* _Exercise brief_
Could the data below be copied out in full, word for word?

* _Data supplied_

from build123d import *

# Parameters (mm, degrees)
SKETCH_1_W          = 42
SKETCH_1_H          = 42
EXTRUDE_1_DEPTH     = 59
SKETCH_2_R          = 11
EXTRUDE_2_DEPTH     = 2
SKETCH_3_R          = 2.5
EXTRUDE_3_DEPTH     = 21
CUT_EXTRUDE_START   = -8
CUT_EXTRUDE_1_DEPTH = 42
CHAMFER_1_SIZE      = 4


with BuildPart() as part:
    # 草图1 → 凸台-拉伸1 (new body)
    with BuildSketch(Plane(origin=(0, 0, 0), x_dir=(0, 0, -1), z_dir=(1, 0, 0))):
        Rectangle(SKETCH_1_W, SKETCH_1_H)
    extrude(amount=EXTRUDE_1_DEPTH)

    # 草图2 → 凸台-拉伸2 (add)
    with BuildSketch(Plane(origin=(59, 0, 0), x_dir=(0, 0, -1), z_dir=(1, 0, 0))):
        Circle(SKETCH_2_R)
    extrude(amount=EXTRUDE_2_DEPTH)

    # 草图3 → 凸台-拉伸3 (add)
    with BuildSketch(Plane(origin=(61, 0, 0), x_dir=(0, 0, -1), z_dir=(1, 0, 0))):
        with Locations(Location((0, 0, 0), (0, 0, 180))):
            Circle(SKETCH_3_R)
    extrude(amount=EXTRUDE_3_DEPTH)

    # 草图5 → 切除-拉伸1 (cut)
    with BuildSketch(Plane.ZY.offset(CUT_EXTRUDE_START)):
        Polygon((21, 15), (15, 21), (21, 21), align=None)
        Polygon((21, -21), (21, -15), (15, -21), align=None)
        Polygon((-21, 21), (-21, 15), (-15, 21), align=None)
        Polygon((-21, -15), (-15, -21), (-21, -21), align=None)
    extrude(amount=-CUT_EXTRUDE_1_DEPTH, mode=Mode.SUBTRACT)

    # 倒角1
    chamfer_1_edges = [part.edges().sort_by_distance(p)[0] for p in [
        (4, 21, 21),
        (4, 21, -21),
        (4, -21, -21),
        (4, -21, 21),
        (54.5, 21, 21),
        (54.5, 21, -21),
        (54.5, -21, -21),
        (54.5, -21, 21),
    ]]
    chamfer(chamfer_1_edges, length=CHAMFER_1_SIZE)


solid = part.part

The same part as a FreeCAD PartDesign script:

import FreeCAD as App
import Part
import Sketcher

V = App.Vector


def edges_at(feature, points):
    """Names of the edges that pass closest to the given points."""
    edges = feature.Shape.Edges
    near = lambda p: min(range(len(edges)), key=lambda i: edges[i].distToShape(Part.Vertex(*p))[0])
    return sorted({f"Edge{near(p) + 1}" for p in points})


def add_polygon(sketch, points):
    """Adds a closed chain of lines whose ends are joined by coincident constraints."""
    first, n = sketch.GeometryCount, len(points)
    for a, b in zip(points, points[1:] + points[:1]):
        sketch.addGeometry(Part.LineSegment(App.Vector(*a, 0), App.Vector(*b, 0)), False)
    for i in range(n):
        sketch.addConstraint(Sketcher.Constraint("Coincident", first + i, 2, first + (i + 1) % n, 1))

doc = App.newDocument("Part")
body = doc.addObject("PartDesign::Body", "Body")

sketch1 = body.newObject("Sketcher::SketchObject", "Sketch")
sketch1.AttachmentSupport = (doc.getObject("YZ_Plane"), [""])
sketch1.MapMode = "FlatFace"
add_polygon(sketch1, [(21, 21), (-21, 21), (-21, -21), (21, -21)])
sketch1.addConstraint([
    Sketcher.Constraint("Horizontal", 0),
    Sketcher.Constraint("Vertical", 1),
    Sketcher.Constraint("Horizontal", 2),
    Sketcher.Constraint("Vertical", 3),
    Sketcher.Constraint("Symmetric", 0, 2, 2, 2, -1, 1),
    Sketcher.Constraint("Equal", 2, 1),
    Sketcher.Constraint("DistanceX", 0, 2, 0, 1, 42.0),
])
pad1 = body.newObject("PartDesign::Pad", "Pad")
pad1.Profile = sketch1
pad1.Length = 59

sketch2 = body.newObject("Sketcher::SketchObject", "Sketch001")
sketch2.AttachmentSupport = (doc.getObject("YZ_Plane"), [""])
sketch2.MapMode = "FlatFace"
sketch2.AttachmentOffset = App.Placement(V(0, 0, 59), App.Rotation())
sketch2.addGeometry(Part.Circle(V(0, 0, 0), V(0, 0, 1), 11), False)
sketch2.addConstraint([
    Sketcher.Constraint("Coincident", 0, 3, -1, 1),
    Sketcher.Constraint("Diameter", 0, 22.0),
])
pad2 = body.newObject("PartDesign::Pad", "Pad001")
pad2.Profile = sketch2
pad2.Length = 2

sketch3 = body.newObject("Sketcher::SketchObject", "Sketch002")
sketch3.AttachmentSupport = (doc.getObject("YZ_Plane"), [""])
sketch3.MapMode = "FlatFace"
sketch3.AttachmentOffset = App.Placement(V(0, 0, 61), App.Rotation())
sketch3.addGeometry(Part.Circle(V(0, 0, 0), V(0, 0, 1), 2.5), False)
sketch3.addConstraint([
    Sketcher.Constraint("Coincident", 0, 3, -1, 1),
    Sketcher.Constraint("Diameter", 0, 5.0),
])
pad3 = body.newObject("PartDesign::Pad", "Pad002")
pad3.Profile = sketch3
pad3.Length = 21

sketch4 = body.newObject("Sketcher::SketchObject", "Sketch003")
sketch4.AttachmentSupport = (doc.getObject("YZ_Plane"), [""])
sketch4.MapMode = "FlatFace"
sketch4.AttachmentOffset = App.Placement(V(0, 0, 8), App.Rotation())
add_polygon(sketch4, [(21, 15), (15, 21), (21, 21)])
add_polygon(sketch4, [(-21, 21), (-15, 21), (-21, 15)])
add_polygon(sketch4, [(21, -21), (15, -21), (21, -15)])
add_polygon(sketch4, [(-21, -15), (-15, -21), (-21, -21)])
sketch4.addConstraint([
    Sketcher.Constraint("Horizontal", 1),
    Sketcher.Constraint("Vertical", 2),
    Sketcher.Constraint("Horizontal", 3),
    Sketcher.Constraint("Vertical", 5),
    Sketcher.Constraint("Horizontal", 6),
    Sketcher.Constraint("Vertical", 8),
    Sketcher.Constraint("Horizontal", 10),
    Sketcher.Constraint("Vertical", 11),
    Sketcher.Constraint("Symmetric", 3, 2, 6, 2, -1, 1),
    Sketcher.Constraint("Symmetric", 4, 2, 7, 2, -1, 1),
    Sketcher.Constraint("Symmetric", 0, 2, 9, 2, -1, 1),
    Sketcher.Constraint("Symmetric", 2, 2, 11, 2, -1, 1),
    Sketcher.Constraint("Symmetric", 0, 2, 3, 2, -2),
    Sketcher.Constraint("Symmetric", 2, 2, 4, 2, -2),
    Sketcher.Constraint("Perpendicular", 0, 4),
    Sketcher.Constraint("DistanceX", 1, 1, 1, 2, 6.0),
    Sketcher.Constraint("DistanceX", -1, 1, 0, 2, 15.0),
    Sketcher.Constraint("DistanceY", -1, 1, 0, 2, 21.0),
])
pocket1 = body.newObject("PartDesign::Pocket", "Pocket")
pocket1.Profile = sketch4
pocket1.Length = 42
pocket1.Reversed = True
doc.recompute()

chamfer = body.newObject("PartDesign::Chamfer", "Chamfer")
chamfer.Base = (pocket1, edges_at(pocket1, [
    (4, 21, 21),
    (4, 21, -21),
    (4, -21, -21),
    (4, -21, 21),
    (54.5, 21, 21),
    (54.5, 21, -21),
    (54.5, -21, -21),
    (54.5, -21, 21),
]))
chamfer.Size = 4

doc.recompute()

* _Solution to this problem_
from build123d import *

# Parameters (mm, degrees)
SKETCH_1_W          = 42
SKETCH_1_H          = 42
EXTRUDE_1_DEPTH     = 59
SKETCH_2_R          = 11
EXTRUDE_2_DEPTH     = 2
SKETCH_3_R          = 2.5
EXTRUDE_3_DEPTH     = 21
CUT_EXTRUDE_START   = -8
CUT_EXTRUDE_1_DEPTH = 42
CHAMFER_1_SIZE      = 4


with BuildPart() as part:
    # 草图1 → 凸台-拉伸1 (new body)
    with BuildSketch(Plane(origin=(0, 0, 0), x_dir=(0, 0, -1), z_dir=(1, 0, 0))):
        Rectangle(SKETCH_1_W, SKETCH_1_H)
    extrude(amount=EXTRUDE_1_DEPTH)

    # 草图2 → 凸台-拉伸2 (add)
    with BuildSketch(Plane(origin=(59, 0, 0), x_dir=(0, 0, -1), z_dir=(1, 0, 0))):
        Circle(SKETCH_2_R)
    extrude(amount=EXTRUDE_2_DEPTH)

    # 草图3 → 凸台-拉伸3 (add)
    with BuildSketch(Plane(origin=(61, 0, 0), x_dir=(0, 0, -1), z_dir=(1, 0, 0))):
        with Locations(Location((0, 0, 0), (0, 0, 180))):
            Circle(SKETCH_3_R)
    extrude(amount=EXTRUDE_3_DEPTH)

    # 草图5 → 切除-拉伸1 (cut)
    with BuildSketch(Plane.ZY.offset(CUT_EXTRUDE_START)):
        Polygon((21, 15), (15, 21), (21, 21), align=None)
        Polygon((21, -21), (21, -15), (15, -21), align=None)
        Polygon((-21, 21), (-21, 15), (-15, 21), align=None)
        Polygon((-21, -15), (-15, -21), (-21, -21), align=None)
    extrude(amount=-CUT_EXTRUDE_1_DEPTH, mode=Mode.SUBTRACT)

    # 倒角1
    chamfer_1_edges = [part.edges().sort_by_distance(p)[0] for p in [
        (4, 21, 21),
        (4, 21, -21),
        (4, -21, -21),
        (4, -21, 21),
        (54.5, 21, 21),
        (54.5, 21, -21),
        (54.5, -21, -21),
        (54.5, -21, 21),
    ]]
    chamfer(chamfer_1_edges, length=CHAMFER_1_SIZE)


solid = part.part

The same part as a FreeCAD PartDesign script:

import FreeCAD as App
import Part
import Sketcher

V = App.Vector


def edges_at(feature, points):
    """Names of the edges that pass closest to the given points."""
    edges = feature.Shape.Edges
    near = lambda p: min(range(len(edges)), key=lambda i: edges[i].distToShape(Part.Vertex(*p))[0])
    return sorted({f"Edge{near(p) + 1}" for p in points})


def add_polygon(sketch, points):
    """Adds a closed chain of lines whose ends are joined by coincident constraints."""
    first, n = sketch.GeometryCount, len(points)
    for a, b in zip(points, points[1:] + points[:1]):
        sketch.addGeometry(Part.LineSegment(App.Vector(*a, 0), App.Vector(*b, 0)), False)
    for i in range(n):
        sketch.addConstraint(Sketcher.Constraint("Coincident", first + i, 2, first + (i + 1) % n, 1))

doc = App.newDocument("Part")
body = doc.addObject("PartDesign::Body", "Body")

sketch1 = body.newObject("Sketcher::SketchObject", "Sketch")
sketch1.AttachmentSupport = (doc.getObject("YZ_Plane"), [""])
sketch1.MapMode = "FlatFace"
add_polygon(sketch1, [(21, 21), (-21, 21), (-21, -21), (21, -21)])
sketch1.addConstraint([
    Sketcher.Constraint("Horizontal", 0),
    Sketcher.Constraint("Vertical", 1),
    Sketcher.Constraint("Horizontal", 2),
    Sketcher.Constraint("Vertical", 3),
    Sketcher.Constraint("Symmetric", 0, 2, 2, 2, -1, 1),
    Sketcher.Constraint("Equal", 2, 1),
    Sketcher.Constraint("DistanceX", 0, 2, 0, 1, 42.0),
])
pad1 = body.newObject("PartDesign::Pad", "Pad")
pad1.Profile = sketch1
pad1.Length = 59

sketch2 = body.newObject("Sketcher::SketchObject", "Sketch001")
sketch2.AttachmentSupport = (doc.getObject("YZ_Plane"), [""])
sketch2.MapMode = "FlatFace"
sketch2.AttachmentOffset = App.Placement(V(0, 0, 59), App.Rotation())
sketch2.addGeometry(Part.Circle(V(0, 0, 0), V(0, 0, 1), 11), False)
sketch2.addConstraint([
    Sketcher.Constraint("Coincident", 0, 3, -1, 1),
    Sketcher.Constraint("Diameter", 0, 22.0),
])
pad2 = body.newObject("PartDesign::Pad", "Pad001")
pad2.Profile = sketch2
pad2.Length = 2

sketch3 = body.newObject("Sketcher::SketchObject", "Sketch002")
sketch3.AttachmentSupport = (doc.getObject("YZ_Plane"), [""])
sketch3.MapMode = "FlatFace"
sketch3.AttachmentOffset = App.Placement(V(0, 0, 61), App.Rotation())
sketch3.addGeometry(Part.Circle(V(0, 0, 0), V(0, 0, 1), 2.5), False)
sketch3.addConstraint([
    Sketcher.Constraint("Coincident", 0, 3, -1, 1),
    Sketcher.Constraint("Diameter", 0, 5.0),
])
pad3 = body.newObject("PartDesign::Pad", "Pad002")
pad3.Profile = sketch3
pad3.Length = 21

sketch4 = body.newObject("Sketcher::SketchObject", "Sketch003")
sketch4.AttachmentSupport = (doc.getObject("YZ_Plane"), [""])
sketch4.MapMode = "FlatFace"
sketch4.AttachmentOffset = App.Placement(V(0, 0, 8), App.Rotation())
add_polygon(sketch4, [(21, 15), (15, 21), (21, 21)])
add_polygon(sketch4, [(-21, 21), (-15, 21), (-21, 15)])
add_polygon(sketch4, [(21, -21), (15, -21), (21, -15)])
add_polygon(sketch4, [(-21, -15), (-15, -21), (-21, -21)])
sketch4.addConstraint([
    Sketcher.Constraint("Horizontal", 1),
    Sketcher.Constraint("Vertical", 2),
    Sketcher.Constraint("Horizontal", 3),
    Sketcher.Constraint("Vertical", 5),
    Sketcher.Constraint("Horizontal", 6),
    Sketcher.Constraint("Vertical", 8),
    Sketcher.Constraint("Horizontal", 10),
    Sketcher.Constraint("Vertical", 11),
    Sketcher.Constraint("Symmetric", 3, 2, 6, 2, -1, 1),
    Sketcher.Constraint("Symmetric", 4, 2, 7, 2, -1, 1),
    Sketcher.Constraint("Symmetric", 0, 2, 9, 2, -1, 1),
    Sketcher.Constraint("Symmetric", 2, 2, 11, 2, -1, 1),
    Sketcher.Constraint("Symmetric", 0, 2, 3, 2, -2),
    Sketcher.Constraint("Symmetric", 2, 2, 4, 2, -2),
    Sketcher.Constraint("Perpendicular", 0, 4),
    Sketcher.Constraint("DistanceX", 1, 1, 1, 2, 6.0),
    Sketcher.Constraint("DistanceX", -1, 1, 0, 2, 15.0),
    Sketcher.Constraint("DistanceY", -1, 1, 0, 2, 21.0),
])
pocket1 = body.newObject("PartDesign::Pocket", "Pocket")
pocket1.Profile = sketch4
pocket1.Length = 42
pocket1.Reversed = True
doc.recompute()

chamfer = body.newObject("PartDesign::Chamfer", "Chamfer")
chamfer.Base = (pocket1, edges_at(pocket1, [
    (4, 21, 21),
    (4, 21, -21),
    (4, -21, -21),
    (4, -21, 21),
    (54.5, 21, 21),
    (54.5, 21, -21),
    (54.5, -21, -21),
    (54.5, -21, 21),
]))
chamfer.Size = 4

doc.recompute()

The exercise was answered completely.